EXTRACTED INFORMATION: Begin

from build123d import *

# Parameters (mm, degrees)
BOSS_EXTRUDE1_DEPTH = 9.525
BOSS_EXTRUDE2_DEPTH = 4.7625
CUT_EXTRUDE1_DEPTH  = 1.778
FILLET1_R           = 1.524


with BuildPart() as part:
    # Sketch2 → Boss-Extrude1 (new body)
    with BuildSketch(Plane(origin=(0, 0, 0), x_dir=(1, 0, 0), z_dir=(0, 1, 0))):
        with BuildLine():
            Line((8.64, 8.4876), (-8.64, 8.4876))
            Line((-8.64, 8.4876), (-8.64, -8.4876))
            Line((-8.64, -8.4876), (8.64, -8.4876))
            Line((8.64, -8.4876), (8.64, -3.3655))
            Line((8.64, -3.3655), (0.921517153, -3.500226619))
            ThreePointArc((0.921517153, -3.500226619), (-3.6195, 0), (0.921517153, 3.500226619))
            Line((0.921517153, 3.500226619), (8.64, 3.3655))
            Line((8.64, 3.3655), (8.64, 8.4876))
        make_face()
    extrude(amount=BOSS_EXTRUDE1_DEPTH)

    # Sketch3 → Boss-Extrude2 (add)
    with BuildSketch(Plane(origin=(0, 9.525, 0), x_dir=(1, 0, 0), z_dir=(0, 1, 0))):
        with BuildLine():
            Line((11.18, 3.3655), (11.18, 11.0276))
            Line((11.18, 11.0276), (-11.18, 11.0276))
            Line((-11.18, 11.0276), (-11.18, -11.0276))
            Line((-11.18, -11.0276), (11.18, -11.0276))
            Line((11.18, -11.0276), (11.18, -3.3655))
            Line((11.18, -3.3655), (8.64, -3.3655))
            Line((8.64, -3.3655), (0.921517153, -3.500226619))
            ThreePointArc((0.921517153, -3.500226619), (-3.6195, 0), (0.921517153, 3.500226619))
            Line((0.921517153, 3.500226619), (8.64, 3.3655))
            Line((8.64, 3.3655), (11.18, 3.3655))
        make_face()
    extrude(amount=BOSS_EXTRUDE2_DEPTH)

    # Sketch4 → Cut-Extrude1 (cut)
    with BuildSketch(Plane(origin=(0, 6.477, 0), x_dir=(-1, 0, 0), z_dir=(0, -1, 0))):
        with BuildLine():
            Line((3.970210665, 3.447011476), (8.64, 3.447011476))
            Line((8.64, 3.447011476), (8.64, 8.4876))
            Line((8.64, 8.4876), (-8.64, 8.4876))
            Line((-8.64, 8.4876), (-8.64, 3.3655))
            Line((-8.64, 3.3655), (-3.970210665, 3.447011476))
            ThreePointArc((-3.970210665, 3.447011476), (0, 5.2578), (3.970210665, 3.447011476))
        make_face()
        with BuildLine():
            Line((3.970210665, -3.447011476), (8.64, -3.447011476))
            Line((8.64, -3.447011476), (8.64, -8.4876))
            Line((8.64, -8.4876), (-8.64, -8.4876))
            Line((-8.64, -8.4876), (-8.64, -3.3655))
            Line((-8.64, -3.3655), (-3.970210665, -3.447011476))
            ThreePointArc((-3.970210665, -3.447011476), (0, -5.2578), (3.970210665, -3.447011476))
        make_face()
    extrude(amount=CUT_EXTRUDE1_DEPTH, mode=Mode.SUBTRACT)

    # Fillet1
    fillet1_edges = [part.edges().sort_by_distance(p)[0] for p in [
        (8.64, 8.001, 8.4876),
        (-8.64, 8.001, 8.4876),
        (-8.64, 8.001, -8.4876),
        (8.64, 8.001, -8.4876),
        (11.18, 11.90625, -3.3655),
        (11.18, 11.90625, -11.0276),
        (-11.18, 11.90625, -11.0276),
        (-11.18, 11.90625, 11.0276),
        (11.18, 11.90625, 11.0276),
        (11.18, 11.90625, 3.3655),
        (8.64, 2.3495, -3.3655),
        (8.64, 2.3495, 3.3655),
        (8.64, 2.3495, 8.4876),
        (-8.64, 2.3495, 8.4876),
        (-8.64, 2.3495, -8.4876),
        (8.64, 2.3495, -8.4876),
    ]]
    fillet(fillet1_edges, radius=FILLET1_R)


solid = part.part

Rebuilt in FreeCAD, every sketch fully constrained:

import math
import FreeCAD as App
import Part
import Sketcher
Q = App.Units.Quantity


def edges_at(feature, points):
    """Names of the edges that pass closest to the given points."""
    edges = feature.Shape.Edges
    near = lambda p: min(range(len(edges)), key=lambda i: edges[i].distToShape(Part.Vertex(*p))[0])
    return sorted({f"Edge{near(p) + 1}" for p in points})

doc = App.newDocument("Part")
body = doc.addObject("PartDesign::Body", "Body")

sketch1 = body.newObject("Sketcher::SketchObject", "Sketch")
sketch1.AttachmentSupport = (doc.getObject("XZ_Plane"), [""])
sketch1.MapMode = "FlatFace"
sketch1.addGeometry([
    Part.LineSegment(App.Vector(8.6, -8.5, 0), App.Vector(-8.6, -8.5, 0)),
    Part.LineSegment(App.Vector(-8.6, -8.5, 0), App.Vector(-8.6, 8.5, 0)),
    Part.LineSegment(App.Vector(-8.6, 8.5, 0), App.Vector(8.6, 8.5, 0)),
    Part.LineSegment(App.Vector(8.6, 8.5, 0), App.Vector(8.6, 3.4, 0)),
    Part.LineSegment(App.Vector(8.6, 3.4, 0), App.Vector(0.9, 3.5, 0)),
    Part.ArcOfCircle(Part.Circle(App.Vector(0, 0, 0), App.Vector(0, 0, 1), 3.6), math.radians(75), math.radians(285)),
    Part.LineSegment(App.Vector(0.9, -3.5, 0), App.Vector(8.6, -3.4, 0)),
    Part.LineSegment(App.Vector(8.6, -3.4, 0), App.Vector(8.6, -8.5, 0)),
], False)
sketch1.addConstraint([
    Sketcher.Constraint("Coincident", 0, 2, 1, 1),
    Sketcher.Constraint("Coincident", 1, 2, 2, 1),
    Sketcher.Constraint("Coincident", 2, 2, 3, 1),
    Sketcher.Constraint("Coincident", 3, 2, 4, 1),
    Sketcher.Constraint("Coincident", 4, 2, 5, 1),
    Sketcher.Constraint("Coincident", 5, 2, 6, 1),
    Sketcher.Constraint("Coincident", 6, 2, 7, 1),
    Sketcher.Constraint("Coincident", 7, 2, 0, 1),
    Sketcher.Constraint("Horizontal", 0),
    Sketcher.Constraint("Vertical", 1),
    Sketcher.Constraint("Horizontal", 2),
    Sketcher.Constraint("Vertical", 3),
    Sketcher.Constraint("Vertical", 7),
    Sketcher.Constraint("Coincident", 5, 3, -1, 1),
    Sketcher.Constraint("Symmetric", 0, 2, 2, 2, -1, 1),
    Sketcher.Constraint("Symmetric", 3, 2, 6, 2, -1),
    Sketcher.Constraint("Vertical", 4, 2, 5, 2),
    Sketcher.Constraint("Angle", 4, Q("179 deg")),
    Sketcher.Constraint("Radius", 5, Q("0.1425 in")),
    Sketcher.Constraint("DistanceY", 6, 2, 3, 2, Q("0.265 in")),
    Sketcher.Constraint("DistanceX", 0, 2, 0, 1, Q("17.28 mm")),
    Sketcher.Constraint("DistanceY", 1, 1, 1, 2, Q("16.9752 mm")),
])
pad1 = body.newObject("PartDesign::Pad", "Pad")
pad1.Profile = sketch1
pad1.Length = Q("0.375 in")
pad1.Reversed = True

sketch2 = body.newObject("Sketcher::SketchObject", "Sketch001")
sketch2.AttachmentSupport = (doc.getObject("XZ_Plane"), [""])
sketch2.MapMode = "FlatFace"
sketch2.AttachmentOffset = App.Placement(App.Vector(0, 0, -0.375 * 25.4), App.Rotation())
sketch2.addGeometry([
    Part.LineSegment(App.Vector(11.2, -3.4, 0), App.Vector(11.2, -11, 0)),
    Part.LineSegment(App.Vector(11.2, -11, 0), App.Vector(-11.2, -11, 0)),
    Part.LineSegment(App.Vector(-11.2, -11, 0), App.Vector(-11.2, 11, 0)),
    Part.LineSegment(App.Vector(-11.2, 11, 0), App.Vector(11.2, 11, 0)),
    Part.LineSegment(App.Vector(11.2, 11, 0), App.Vector(11.2, 3.4, 0)),
    Part.LineSegment(App.Vector(11.2, 3.4, 0), App.Vector(8.6, 3.4, 0)),
    Part.LineSegment(App.Vector(8.6, 3.4, 0), App.Vector(0.9, 3.5, 0)),
    Part.ArcOfCircle(Part.Circle(App.Vector(0, 0, 0), App.Vector(0, 0, 1), 3.6), math.radians(75), math.radians(285)),
    Part.LineSegment(App.Vector(0.9, -3.5, 0), App.Vector(8.6, -3.4, 0)),
    Part.LineSegment(App.Vector(8.6, -3.4, 0), App.Vector(11.2, -3.4, 0)),
], False)
sketch2.addConstraint([
    Sketcher.Constraint("Coincident", 0, 2, 1, 1),
    Sketcher.Constraint("Coincident", 1, 2, 2, 1),
    Sketcher.Constraint("Coincident", 2, 2, 3, 1),
    Sketcher.Constraint("Coincident", 3, 2, 4, 1),
    Sketcher.Constraint("Coincident", 4, 2, 5, 1),
    Sketcher.Constraint("Coincident", 5, 2, 6, 1),
    Sketcher.Constraint("Coincident", 6, 2, 7, 1),
    Sketcher.Constraint("Coincident", 7, 2, 8, 1),
    Sketcher.Constraint("Coincident", 8, 2, 9, 1),
    Sketcher.Constraint("Coincident", 9, 2, 0, 1),
    Sketcher.Constraint("Vertical", 0),
    Sketcher.Constraint("Horizontal", 1),
    Sketcher.Constraint("Vertical", 2),
    Sketcher.Constraint("Horizontal", 3),
    Sketcher.Constraint("Vertical", 4),
    Sketcher.Constraint("Horizontal", 5),
    Sketcher.Constraint("Horizontal", 9),
    Sketcher.Constraint("Coincident", 7, 3, -1, 1),
    Sketcher.Constraint("Symmetric", 0, 2, 2, 2, -1, 1),
    Sketcher.Constraint("Symmetric", 5, 2, 8, 2, -1),
    Sketcher.Constraint("Vertical", 0, 2, 3, 2),
    Sketcher.Constraint("Vertical", 6, 2, 7, 2),
    Sketcher.Constraint("DistanceX", 5, 2, 5, 1, Q("0.1 in")),
    Sketcher.Constraint("Angle", 6, Q("179 deg")),
    Sketcher.Constraint("Radius", 7, Q("0.1425 in")),
    Sketcher.Constraint("DistanceY", 8, 2, 5, 2, Q("0.265 in")),
    Sketcher.Constraint("DistanceX", 1, 2, 1, 1, Q("22.36 mm")),
    Sketcher.Constraint("DistanceY", 0, 2, 0, 1, Q("7.6621 mm")),
])
pad2 = body.newObject("PartDesign::Pad", "Pad001")
pad2.Profile = sketch2
pad2.Length = Q("0.1875 in")
pad2.Reversed = True

sketch3 = body.newObject("Sketcher::SketchObject", "Sketch002")
sketch3.AttachmentSupport = (doc.getObject("XZ_Plane"), [""])
sketch3.MapMode = "FlatFace"
sketch3.AttachmentOffset = App.Placement(App.Vector(0, 0, -0.255 * 25.4), App.Rotation())
sketch3.addGeometry([
    Part.LineSegment(App.Vector(-4, -3.4, 0), App.Vector(-8.6, -3.4, 0)),
    Part.LineSegment(App.Vector(-8.6, -3.4, 0), App.Vector(-8.6, -8.5, 0)),
    Part.LineSegment(App.Vector(-8.6, -8.5, 0), App.Vector(8.6, -8.5, 0)),
    Part.LineSegment(App.Vector(8.6, -8.5, 0), App.Vector(8.6, -3.4, 0)),
    Part.LineSegment(App.Vector(8.6, -3.4, 0), App.Vector(4, -3.4, 0)),
    Part.ArcOfCircle(Part.Circle(App.Vector(0, 0, 0), App.Vector(0, 0, 1), 5.3), math.radians(-139), math.radians(-41)),
    Part.LineSegment(App.Vector(-8.6, 3.4, 0), App.Vector(-4, 3.4, 0)),
    Part.ArcOfCircle(Part.Circle(App.Vector(0, 0, 0), App.Vector(0, 0, 1), 5.3), math.radians(41), math.radians(139)),
    Part.LineSegment(App.Vector(4, 3.4, 0), App.Vector(8.6, 3.4, 0)),
    Part.LineSegment(App.Vector(8.6, 3.4, 0), App.Vector(8.6, 8.5, 0)),
    Part.LineSegment(App.Vector(8.6, 8.5, 0), App.Vector(-8.6, 8.5, 0)),
    Part.LineSegment(App.Vector(-8.6, 8.5, 0), App.Vector(-8.6, 3.4, 0)),
], False)
sketch3.addConstraint([
    Sketcher.Constraint("Coincident", 0, 2, 1, 1),
    Sketcher.Constraint("Coincident", 1, 2, 2, 1),
    Sketcher.Constraint("Coincident", 2, 2, 3, 1),
    Sketcher.Constraint("Coincident", 3, 2, 4, 1),
    Sketcher.Constraint("Coincident", 4, 2, 5, 2),
    Sketcher.Constraint("Coincident", 5, 1, 0, 1),
    Sketcher.Constraint("Coincident", 6, 2, 7, 2),
    Sketcher.Constraint("Coincident", 7, 1, 8, 1),
    Sketcher.Constraint("Coincident", 8, 2, 9, 1),
    Sketcher.Constraint("Coincident", 9, 2, 10, 1),
    Sketcher.Constraint("Coincident", 10, 2, 11, 1),
    Sketcher.Constraint("Coincident", 11, 2, 6, 1),
    Sketcher.Constraint("Horizontal", 0),
    Sketcher.Constraint("Vertical", 1),
    Sketcher.Constraint("Horizontal", 2),
    Sketcher.Constraint("Vertical", 3),
    Sketcher.Constraint("Horizontal", 6),
    Sketcher.Constraint("Vertical", 9),
    Sketcher.Constraint("Horizontal", 10),
    Sketcher.Constraint("Vertical", 11),
    Sketcher.Constraint("Coincident", 5, 3, -1, 1),
    Sketcher.Constraint("Coincident", 7, 3, -1, 1),
    Sketcher.Constraint("Equal", 5, 7),
    Sketcher.Constraint("Symmetric", 1, 2, 9, 2, -1, 1),
    Sketcher.Constraint("Symmetric", 3, 2, 8, 2, -1),
    Sketcher.Constraint("Symmetric", 0, 2, 11, 2, -1),
    Sketcher.Constraint("Horizontal", 0, 2, 4, 2),
    Sketcher.Constraint("Horizontal", 6, 2, 7, 1),
    Sketcher.Constraint("Angle", 4, Q("-179 deg")),
    Sketcher.Constraint("Radius", 5, Q("0.207 in")),
    Sketcher.Constraint("DistanceY", 3, 2, 8, 2, Q("0.265 in")),
    Sketcher.Constraint("DistanceX", 2, 1, 2, 2, Q("17.28 mm")),
    Sketcher.Constraint("DistanceY", 3, 1, 3, 2, Q("5.1221 mm")),
])
pocket1 = body.newObject("PartDesign::Pocket", "Pocket")
pocket1.Profile = sketch3
pocket1.Length = Q("0.07 in")
pocket1.Reversed = True
doc.recompute()

fillet = body.newObject("PartDesign::Fillet", "Fillet")
fillet.Base = (pocket1, edges_at(pocket1, [
    (8.64, 8.001, 8.488),
    (-8.64, 8.001, 8.488),
    (-8.64, 8.001, -8.488),
    (8.64, 8.001, -8.488),
    (11.18, 11.906, -3.365),
    (11.18, 11.906, -11.028),
    (-11.18, 11.906, -11.028),
    (-11.18, 11.906, 11.028),
    (11.18, 11.906, 11.028),
    (11.18, 11.906, 3.365),
    (8.64, 2.349, -3.365),
    (8.64, 2.349, 3.365),
    (8.64, 2.349, 8.488),
    (-8.64, 2.349, 8.488),
    (-8.64, 2.349, -8.488),
    (8.64, 2.349, -8.488),
]))
fillet.Radius = Q("0.06 in")

doc.recompute()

EXTRACTED INFORMATION: End

### TASK DIRECTIONS
Counting every line that holds the string "origin", give the total for the data above and nothing else.

### ANSWER BELOW
3